What lines in this listing contain the string "centre"? Report each one by copying it.

Data for this task START

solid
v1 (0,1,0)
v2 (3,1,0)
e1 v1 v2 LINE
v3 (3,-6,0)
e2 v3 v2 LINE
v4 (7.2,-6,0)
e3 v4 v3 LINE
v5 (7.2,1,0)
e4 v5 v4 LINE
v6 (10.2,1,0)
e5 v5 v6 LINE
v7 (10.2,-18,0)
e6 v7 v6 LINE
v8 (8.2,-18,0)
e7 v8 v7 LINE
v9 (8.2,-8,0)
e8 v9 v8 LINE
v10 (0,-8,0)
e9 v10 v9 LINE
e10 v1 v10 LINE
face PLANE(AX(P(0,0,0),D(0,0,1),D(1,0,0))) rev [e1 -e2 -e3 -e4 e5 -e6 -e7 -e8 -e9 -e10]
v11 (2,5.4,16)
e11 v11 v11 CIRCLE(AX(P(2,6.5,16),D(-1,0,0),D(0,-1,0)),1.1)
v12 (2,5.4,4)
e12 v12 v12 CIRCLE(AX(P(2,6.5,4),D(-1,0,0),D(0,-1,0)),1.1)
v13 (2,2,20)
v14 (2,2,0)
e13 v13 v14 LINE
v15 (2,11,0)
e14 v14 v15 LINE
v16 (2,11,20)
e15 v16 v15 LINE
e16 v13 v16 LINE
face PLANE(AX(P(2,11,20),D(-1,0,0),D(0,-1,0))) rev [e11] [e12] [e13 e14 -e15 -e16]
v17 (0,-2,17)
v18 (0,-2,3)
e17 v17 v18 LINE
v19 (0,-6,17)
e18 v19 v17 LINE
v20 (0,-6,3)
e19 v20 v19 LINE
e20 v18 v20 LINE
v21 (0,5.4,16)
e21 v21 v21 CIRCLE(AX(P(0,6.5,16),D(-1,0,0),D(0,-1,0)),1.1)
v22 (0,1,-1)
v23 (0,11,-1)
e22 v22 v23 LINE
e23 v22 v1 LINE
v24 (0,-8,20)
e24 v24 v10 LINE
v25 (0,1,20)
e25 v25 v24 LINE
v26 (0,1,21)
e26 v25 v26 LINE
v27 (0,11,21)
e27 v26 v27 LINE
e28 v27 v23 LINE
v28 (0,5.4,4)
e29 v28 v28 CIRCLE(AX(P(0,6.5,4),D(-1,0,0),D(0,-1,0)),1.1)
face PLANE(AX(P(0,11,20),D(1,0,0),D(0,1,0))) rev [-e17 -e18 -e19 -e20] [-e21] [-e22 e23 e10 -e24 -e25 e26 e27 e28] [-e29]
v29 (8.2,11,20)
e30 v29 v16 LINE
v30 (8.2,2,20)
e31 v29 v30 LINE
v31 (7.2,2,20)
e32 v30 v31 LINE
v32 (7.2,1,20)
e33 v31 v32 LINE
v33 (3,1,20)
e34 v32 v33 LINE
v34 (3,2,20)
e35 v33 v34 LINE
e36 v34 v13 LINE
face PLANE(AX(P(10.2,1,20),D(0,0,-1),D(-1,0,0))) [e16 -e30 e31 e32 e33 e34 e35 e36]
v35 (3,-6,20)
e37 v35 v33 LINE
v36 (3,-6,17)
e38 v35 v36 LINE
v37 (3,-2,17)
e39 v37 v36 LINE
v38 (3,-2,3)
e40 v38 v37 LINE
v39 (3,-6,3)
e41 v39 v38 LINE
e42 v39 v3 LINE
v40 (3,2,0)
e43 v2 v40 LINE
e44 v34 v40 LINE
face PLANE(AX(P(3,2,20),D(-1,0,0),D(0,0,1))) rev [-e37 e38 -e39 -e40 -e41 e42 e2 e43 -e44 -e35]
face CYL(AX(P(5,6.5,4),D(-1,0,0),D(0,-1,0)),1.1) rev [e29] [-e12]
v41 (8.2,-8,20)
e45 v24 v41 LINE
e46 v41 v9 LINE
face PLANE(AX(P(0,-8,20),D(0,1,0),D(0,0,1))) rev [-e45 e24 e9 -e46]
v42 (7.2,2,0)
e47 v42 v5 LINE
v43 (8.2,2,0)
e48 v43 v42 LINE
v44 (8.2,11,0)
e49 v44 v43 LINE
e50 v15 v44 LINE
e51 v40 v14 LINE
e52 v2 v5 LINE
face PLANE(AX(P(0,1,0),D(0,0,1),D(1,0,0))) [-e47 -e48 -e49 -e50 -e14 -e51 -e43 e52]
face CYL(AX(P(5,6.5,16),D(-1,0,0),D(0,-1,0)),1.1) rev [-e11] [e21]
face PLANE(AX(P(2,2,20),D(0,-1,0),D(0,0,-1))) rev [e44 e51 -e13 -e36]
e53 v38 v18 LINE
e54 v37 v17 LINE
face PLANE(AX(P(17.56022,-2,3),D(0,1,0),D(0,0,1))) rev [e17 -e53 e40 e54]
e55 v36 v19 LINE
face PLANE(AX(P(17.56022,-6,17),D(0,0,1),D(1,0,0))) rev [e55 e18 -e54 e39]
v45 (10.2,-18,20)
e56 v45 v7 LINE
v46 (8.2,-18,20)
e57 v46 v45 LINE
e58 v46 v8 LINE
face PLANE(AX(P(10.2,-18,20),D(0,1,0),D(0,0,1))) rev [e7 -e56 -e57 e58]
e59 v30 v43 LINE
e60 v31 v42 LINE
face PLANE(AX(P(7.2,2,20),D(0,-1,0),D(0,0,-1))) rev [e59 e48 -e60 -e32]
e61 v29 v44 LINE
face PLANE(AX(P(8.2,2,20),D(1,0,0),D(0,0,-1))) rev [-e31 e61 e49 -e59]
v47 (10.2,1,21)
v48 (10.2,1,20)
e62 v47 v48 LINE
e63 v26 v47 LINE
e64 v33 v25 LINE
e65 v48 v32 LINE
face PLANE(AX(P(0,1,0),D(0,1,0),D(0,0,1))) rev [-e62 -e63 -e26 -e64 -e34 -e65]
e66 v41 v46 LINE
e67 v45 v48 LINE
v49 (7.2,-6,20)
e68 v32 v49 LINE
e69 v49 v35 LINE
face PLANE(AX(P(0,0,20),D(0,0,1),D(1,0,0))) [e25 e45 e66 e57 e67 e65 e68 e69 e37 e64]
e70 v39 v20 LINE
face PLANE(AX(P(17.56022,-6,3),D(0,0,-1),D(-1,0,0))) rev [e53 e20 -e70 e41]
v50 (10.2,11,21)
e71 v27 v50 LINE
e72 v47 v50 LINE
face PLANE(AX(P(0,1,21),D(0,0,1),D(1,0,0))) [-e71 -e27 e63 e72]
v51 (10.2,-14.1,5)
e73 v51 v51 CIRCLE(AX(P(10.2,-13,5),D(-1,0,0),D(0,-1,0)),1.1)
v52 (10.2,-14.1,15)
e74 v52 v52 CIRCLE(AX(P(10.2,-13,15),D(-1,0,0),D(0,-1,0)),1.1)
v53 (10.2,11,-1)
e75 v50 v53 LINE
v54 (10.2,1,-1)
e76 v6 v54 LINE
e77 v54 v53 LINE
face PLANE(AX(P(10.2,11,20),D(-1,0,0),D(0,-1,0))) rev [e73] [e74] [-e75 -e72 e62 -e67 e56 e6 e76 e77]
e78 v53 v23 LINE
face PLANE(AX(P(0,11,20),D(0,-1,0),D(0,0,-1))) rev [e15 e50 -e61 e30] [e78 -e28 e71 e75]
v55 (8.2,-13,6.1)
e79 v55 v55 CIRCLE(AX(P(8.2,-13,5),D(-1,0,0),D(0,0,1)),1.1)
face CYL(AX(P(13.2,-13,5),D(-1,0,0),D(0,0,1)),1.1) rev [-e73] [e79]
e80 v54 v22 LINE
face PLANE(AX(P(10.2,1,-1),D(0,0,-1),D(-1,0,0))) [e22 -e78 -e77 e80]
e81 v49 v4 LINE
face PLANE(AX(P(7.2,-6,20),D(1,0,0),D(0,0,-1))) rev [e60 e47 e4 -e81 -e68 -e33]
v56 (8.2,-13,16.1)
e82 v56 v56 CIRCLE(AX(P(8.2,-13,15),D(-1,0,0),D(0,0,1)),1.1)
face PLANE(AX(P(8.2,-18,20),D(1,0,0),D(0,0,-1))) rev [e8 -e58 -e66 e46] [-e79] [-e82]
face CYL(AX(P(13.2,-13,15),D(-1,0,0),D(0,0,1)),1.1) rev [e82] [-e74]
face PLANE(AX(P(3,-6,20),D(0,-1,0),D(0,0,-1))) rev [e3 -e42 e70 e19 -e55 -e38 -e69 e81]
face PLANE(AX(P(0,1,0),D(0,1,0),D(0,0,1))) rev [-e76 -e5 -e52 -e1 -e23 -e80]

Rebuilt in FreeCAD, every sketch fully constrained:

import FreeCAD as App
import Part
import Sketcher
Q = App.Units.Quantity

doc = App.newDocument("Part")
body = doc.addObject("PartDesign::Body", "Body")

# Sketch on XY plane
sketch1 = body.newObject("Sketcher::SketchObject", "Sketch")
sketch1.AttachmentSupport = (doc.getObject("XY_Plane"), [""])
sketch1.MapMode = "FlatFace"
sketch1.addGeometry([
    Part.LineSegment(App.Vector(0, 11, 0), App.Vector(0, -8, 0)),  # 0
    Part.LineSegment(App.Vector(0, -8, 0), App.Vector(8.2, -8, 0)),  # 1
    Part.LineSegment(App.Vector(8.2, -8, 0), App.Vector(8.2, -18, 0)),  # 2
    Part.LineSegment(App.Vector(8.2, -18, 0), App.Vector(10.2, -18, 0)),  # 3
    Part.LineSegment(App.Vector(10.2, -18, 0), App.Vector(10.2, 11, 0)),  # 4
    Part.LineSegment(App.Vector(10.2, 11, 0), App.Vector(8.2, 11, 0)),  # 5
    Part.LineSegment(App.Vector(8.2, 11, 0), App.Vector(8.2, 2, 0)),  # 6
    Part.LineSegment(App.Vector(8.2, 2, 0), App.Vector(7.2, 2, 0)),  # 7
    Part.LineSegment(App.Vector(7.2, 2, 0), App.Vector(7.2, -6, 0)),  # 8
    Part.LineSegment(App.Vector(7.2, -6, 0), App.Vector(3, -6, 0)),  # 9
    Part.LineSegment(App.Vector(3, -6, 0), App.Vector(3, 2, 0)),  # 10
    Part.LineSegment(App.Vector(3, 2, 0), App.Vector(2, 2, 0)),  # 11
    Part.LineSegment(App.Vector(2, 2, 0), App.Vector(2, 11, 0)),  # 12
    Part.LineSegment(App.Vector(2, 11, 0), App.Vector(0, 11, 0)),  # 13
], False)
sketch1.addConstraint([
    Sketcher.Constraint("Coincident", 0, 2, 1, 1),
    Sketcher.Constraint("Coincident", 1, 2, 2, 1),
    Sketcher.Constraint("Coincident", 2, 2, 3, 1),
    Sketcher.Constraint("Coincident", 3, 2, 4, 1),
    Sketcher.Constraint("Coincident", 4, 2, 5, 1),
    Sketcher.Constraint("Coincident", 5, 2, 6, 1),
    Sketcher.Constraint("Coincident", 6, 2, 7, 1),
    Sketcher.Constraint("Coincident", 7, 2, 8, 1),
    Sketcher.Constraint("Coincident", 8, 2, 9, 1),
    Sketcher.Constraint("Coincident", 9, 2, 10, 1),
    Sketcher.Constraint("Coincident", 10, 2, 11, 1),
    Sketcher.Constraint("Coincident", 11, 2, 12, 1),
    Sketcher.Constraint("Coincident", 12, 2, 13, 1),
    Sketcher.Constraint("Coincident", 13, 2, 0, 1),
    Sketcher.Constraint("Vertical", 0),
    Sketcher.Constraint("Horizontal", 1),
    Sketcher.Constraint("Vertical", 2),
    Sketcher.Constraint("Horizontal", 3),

Data for this task END
Data for this task START

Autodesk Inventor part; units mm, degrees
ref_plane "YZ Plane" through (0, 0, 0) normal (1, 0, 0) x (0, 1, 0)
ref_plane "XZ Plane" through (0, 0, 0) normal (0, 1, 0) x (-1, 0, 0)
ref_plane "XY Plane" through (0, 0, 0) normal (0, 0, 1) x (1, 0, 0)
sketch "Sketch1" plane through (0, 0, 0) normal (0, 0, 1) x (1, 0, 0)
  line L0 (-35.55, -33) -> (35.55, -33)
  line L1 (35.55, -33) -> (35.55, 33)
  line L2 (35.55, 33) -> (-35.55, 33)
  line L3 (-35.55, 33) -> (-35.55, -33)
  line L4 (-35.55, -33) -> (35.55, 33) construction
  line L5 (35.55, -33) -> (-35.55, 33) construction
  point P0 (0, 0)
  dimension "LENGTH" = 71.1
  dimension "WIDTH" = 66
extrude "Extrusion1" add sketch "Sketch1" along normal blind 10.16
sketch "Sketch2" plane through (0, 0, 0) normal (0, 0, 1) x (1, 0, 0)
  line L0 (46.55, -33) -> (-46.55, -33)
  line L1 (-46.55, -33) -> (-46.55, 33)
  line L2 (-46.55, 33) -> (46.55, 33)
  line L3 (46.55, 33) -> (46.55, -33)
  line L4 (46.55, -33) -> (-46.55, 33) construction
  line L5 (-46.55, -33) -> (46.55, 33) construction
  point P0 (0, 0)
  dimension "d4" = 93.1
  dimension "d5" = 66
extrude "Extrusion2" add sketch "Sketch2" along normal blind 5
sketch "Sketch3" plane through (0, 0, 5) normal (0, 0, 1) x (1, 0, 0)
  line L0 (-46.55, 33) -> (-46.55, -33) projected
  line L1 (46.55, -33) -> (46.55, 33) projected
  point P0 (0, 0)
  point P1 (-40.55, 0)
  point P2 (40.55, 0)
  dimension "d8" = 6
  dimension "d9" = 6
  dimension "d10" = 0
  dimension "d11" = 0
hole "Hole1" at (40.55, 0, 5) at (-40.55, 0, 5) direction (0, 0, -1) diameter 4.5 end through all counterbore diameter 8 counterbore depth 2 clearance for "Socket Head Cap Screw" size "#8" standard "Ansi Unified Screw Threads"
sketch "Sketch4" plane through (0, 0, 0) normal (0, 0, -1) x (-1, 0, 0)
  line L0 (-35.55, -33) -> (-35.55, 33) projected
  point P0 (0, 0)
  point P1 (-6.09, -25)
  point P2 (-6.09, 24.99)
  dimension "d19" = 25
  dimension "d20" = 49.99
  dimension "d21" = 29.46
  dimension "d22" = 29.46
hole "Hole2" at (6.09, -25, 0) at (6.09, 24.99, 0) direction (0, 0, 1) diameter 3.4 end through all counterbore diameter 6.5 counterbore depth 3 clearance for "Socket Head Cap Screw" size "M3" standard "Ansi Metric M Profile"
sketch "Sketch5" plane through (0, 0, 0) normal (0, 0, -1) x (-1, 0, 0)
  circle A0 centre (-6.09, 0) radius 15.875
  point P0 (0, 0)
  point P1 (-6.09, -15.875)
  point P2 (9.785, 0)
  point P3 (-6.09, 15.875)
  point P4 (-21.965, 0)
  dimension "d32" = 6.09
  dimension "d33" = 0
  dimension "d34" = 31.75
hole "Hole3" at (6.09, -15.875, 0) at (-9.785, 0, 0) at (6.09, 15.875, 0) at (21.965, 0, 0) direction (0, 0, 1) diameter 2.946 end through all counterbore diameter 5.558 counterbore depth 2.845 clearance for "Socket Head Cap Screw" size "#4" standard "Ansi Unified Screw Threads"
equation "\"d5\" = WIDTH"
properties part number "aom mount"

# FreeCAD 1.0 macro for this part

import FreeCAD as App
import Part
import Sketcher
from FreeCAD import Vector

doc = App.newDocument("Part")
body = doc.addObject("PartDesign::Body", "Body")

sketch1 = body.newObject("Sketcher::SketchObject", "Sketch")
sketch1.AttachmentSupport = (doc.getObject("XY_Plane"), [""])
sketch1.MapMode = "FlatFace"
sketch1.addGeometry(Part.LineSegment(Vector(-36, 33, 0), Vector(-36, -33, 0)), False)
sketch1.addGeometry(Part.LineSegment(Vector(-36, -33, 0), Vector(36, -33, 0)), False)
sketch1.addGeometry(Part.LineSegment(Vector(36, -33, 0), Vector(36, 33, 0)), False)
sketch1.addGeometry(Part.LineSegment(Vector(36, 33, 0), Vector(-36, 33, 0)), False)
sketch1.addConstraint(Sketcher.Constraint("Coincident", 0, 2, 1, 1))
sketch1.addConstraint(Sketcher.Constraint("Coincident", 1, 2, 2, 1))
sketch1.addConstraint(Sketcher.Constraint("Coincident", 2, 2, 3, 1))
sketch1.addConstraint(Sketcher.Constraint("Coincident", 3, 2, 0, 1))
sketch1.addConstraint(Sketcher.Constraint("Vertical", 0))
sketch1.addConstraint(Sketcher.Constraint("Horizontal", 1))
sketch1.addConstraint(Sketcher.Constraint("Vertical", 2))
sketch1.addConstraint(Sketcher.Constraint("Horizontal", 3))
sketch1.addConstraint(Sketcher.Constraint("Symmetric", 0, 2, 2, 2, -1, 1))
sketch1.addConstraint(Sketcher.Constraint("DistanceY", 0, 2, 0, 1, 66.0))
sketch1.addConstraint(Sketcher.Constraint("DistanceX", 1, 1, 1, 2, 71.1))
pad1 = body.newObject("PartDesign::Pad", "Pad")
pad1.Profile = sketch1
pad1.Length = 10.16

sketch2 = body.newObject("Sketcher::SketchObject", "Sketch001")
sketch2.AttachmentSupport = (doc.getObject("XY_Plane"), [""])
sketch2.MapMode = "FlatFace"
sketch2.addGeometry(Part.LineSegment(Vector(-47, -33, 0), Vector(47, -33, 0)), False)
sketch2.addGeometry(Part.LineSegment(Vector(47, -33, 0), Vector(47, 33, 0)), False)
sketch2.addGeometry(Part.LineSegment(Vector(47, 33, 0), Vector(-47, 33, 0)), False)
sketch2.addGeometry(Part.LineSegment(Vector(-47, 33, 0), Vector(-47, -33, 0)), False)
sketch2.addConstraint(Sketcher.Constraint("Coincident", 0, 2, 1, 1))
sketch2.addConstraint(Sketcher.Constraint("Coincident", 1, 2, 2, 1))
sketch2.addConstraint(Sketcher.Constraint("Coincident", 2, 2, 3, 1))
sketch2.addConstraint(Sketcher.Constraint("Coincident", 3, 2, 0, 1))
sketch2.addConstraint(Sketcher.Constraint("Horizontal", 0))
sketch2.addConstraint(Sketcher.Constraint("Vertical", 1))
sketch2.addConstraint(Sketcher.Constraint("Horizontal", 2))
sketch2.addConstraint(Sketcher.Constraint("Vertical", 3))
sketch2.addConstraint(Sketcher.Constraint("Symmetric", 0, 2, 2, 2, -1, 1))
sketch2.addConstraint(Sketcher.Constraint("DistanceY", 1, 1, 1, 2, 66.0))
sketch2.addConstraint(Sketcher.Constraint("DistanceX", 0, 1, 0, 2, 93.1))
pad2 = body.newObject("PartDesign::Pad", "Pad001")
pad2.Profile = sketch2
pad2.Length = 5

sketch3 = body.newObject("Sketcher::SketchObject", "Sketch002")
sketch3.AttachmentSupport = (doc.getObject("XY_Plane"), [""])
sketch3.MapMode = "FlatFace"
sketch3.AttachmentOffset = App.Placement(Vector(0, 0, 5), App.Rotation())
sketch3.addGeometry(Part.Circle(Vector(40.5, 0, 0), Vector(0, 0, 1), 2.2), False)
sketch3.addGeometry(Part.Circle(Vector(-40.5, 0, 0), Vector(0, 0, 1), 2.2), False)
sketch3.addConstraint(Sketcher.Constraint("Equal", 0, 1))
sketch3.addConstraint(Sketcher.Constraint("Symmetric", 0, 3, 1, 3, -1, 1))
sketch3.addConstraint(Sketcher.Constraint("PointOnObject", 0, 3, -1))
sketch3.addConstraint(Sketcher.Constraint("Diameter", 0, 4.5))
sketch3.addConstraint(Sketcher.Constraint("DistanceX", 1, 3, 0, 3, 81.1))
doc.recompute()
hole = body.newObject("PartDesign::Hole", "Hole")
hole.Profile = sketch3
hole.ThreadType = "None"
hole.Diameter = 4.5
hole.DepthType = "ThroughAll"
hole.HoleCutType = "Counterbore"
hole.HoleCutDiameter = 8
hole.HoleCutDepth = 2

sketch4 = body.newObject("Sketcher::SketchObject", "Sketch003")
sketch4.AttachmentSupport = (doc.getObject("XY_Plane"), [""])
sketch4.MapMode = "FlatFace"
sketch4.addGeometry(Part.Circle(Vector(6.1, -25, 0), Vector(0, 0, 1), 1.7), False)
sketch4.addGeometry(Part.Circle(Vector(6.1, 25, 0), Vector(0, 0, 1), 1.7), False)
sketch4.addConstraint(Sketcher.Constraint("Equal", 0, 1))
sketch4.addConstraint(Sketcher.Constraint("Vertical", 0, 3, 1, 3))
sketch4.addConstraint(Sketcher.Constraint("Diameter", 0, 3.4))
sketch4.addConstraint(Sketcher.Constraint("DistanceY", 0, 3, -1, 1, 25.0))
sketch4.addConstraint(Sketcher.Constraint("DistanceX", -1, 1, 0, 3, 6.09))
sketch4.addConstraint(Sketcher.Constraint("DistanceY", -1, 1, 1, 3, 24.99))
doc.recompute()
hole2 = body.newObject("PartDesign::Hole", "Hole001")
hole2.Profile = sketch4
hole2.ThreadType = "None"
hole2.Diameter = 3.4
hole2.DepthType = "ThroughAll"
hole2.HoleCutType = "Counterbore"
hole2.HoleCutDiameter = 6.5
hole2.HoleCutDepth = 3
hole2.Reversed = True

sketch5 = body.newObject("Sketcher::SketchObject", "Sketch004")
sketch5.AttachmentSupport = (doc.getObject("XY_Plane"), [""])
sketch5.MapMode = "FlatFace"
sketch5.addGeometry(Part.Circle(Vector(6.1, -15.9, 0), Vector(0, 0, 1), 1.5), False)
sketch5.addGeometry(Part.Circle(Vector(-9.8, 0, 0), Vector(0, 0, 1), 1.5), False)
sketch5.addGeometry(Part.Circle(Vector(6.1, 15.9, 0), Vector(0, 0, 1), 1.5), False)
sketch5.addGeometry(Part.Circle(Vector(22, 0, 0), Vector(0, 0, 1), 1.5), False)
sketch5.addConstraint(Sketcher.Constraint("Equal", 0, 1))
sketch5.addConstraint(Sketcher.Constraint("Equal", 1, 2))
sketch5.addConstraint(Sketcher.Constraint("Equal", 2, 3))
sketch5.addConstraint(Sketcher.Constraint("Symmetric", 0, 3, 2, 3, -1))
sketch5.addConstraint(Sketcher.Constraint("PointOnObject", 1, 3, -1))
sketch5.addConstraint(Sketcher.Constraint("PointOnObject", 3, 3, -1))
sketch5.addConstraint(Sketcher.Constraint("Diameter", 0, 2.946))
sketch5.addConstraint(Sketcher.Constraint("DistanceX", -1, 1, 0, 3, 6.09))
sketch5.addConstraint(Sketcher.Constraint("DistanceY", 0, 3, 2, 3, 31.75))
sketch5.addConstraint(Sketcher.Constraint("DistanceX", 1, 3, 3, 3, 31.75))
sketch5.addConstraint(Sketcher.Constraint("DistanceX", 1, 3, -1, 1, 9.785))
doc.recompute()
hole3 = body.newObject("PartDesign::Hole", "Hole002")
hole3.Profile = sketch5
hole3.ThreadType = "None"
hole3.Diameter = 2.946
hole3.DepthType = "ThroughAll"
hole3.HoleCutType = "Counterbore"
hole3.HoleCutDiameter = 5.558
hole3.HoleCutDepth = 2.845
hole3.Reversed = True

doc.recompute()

Data for this task END
Data for this task START

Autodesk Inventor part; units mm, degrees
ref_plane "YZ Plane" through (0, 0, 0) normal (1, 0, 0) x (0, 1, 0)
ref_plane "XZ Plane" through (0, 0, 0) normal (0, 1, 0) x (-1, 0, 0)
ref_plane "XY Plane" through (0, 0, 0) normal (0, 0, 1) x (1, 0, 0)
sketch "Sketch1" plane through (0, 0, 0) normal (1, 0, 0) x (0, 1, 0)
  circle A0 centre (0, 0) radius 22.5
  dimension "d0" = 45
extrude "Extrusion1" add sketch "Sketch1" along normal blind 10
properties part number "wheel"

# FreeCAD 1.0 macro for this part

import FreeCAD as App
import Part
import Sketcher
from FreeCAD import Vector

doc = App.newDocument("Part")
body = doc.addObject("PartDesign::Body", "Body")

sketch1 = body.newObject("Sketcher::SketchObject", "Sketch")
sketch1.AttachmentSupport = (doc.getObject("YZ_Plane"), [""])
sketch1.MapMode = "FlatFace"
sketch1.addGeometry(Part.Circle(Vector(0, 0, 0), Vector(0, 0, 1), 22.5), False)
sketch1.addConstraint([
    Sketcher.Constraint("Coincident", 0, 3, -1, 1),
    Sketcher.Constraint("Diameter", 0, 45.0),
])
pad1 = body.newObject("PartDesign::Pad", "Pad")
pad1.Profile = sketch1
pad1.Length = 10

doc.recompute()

Data for this task END

Response box:
  circle A0 centre (-6.09, 0) radius 15.875
  circle A0 centre (0, 0) radius 22.5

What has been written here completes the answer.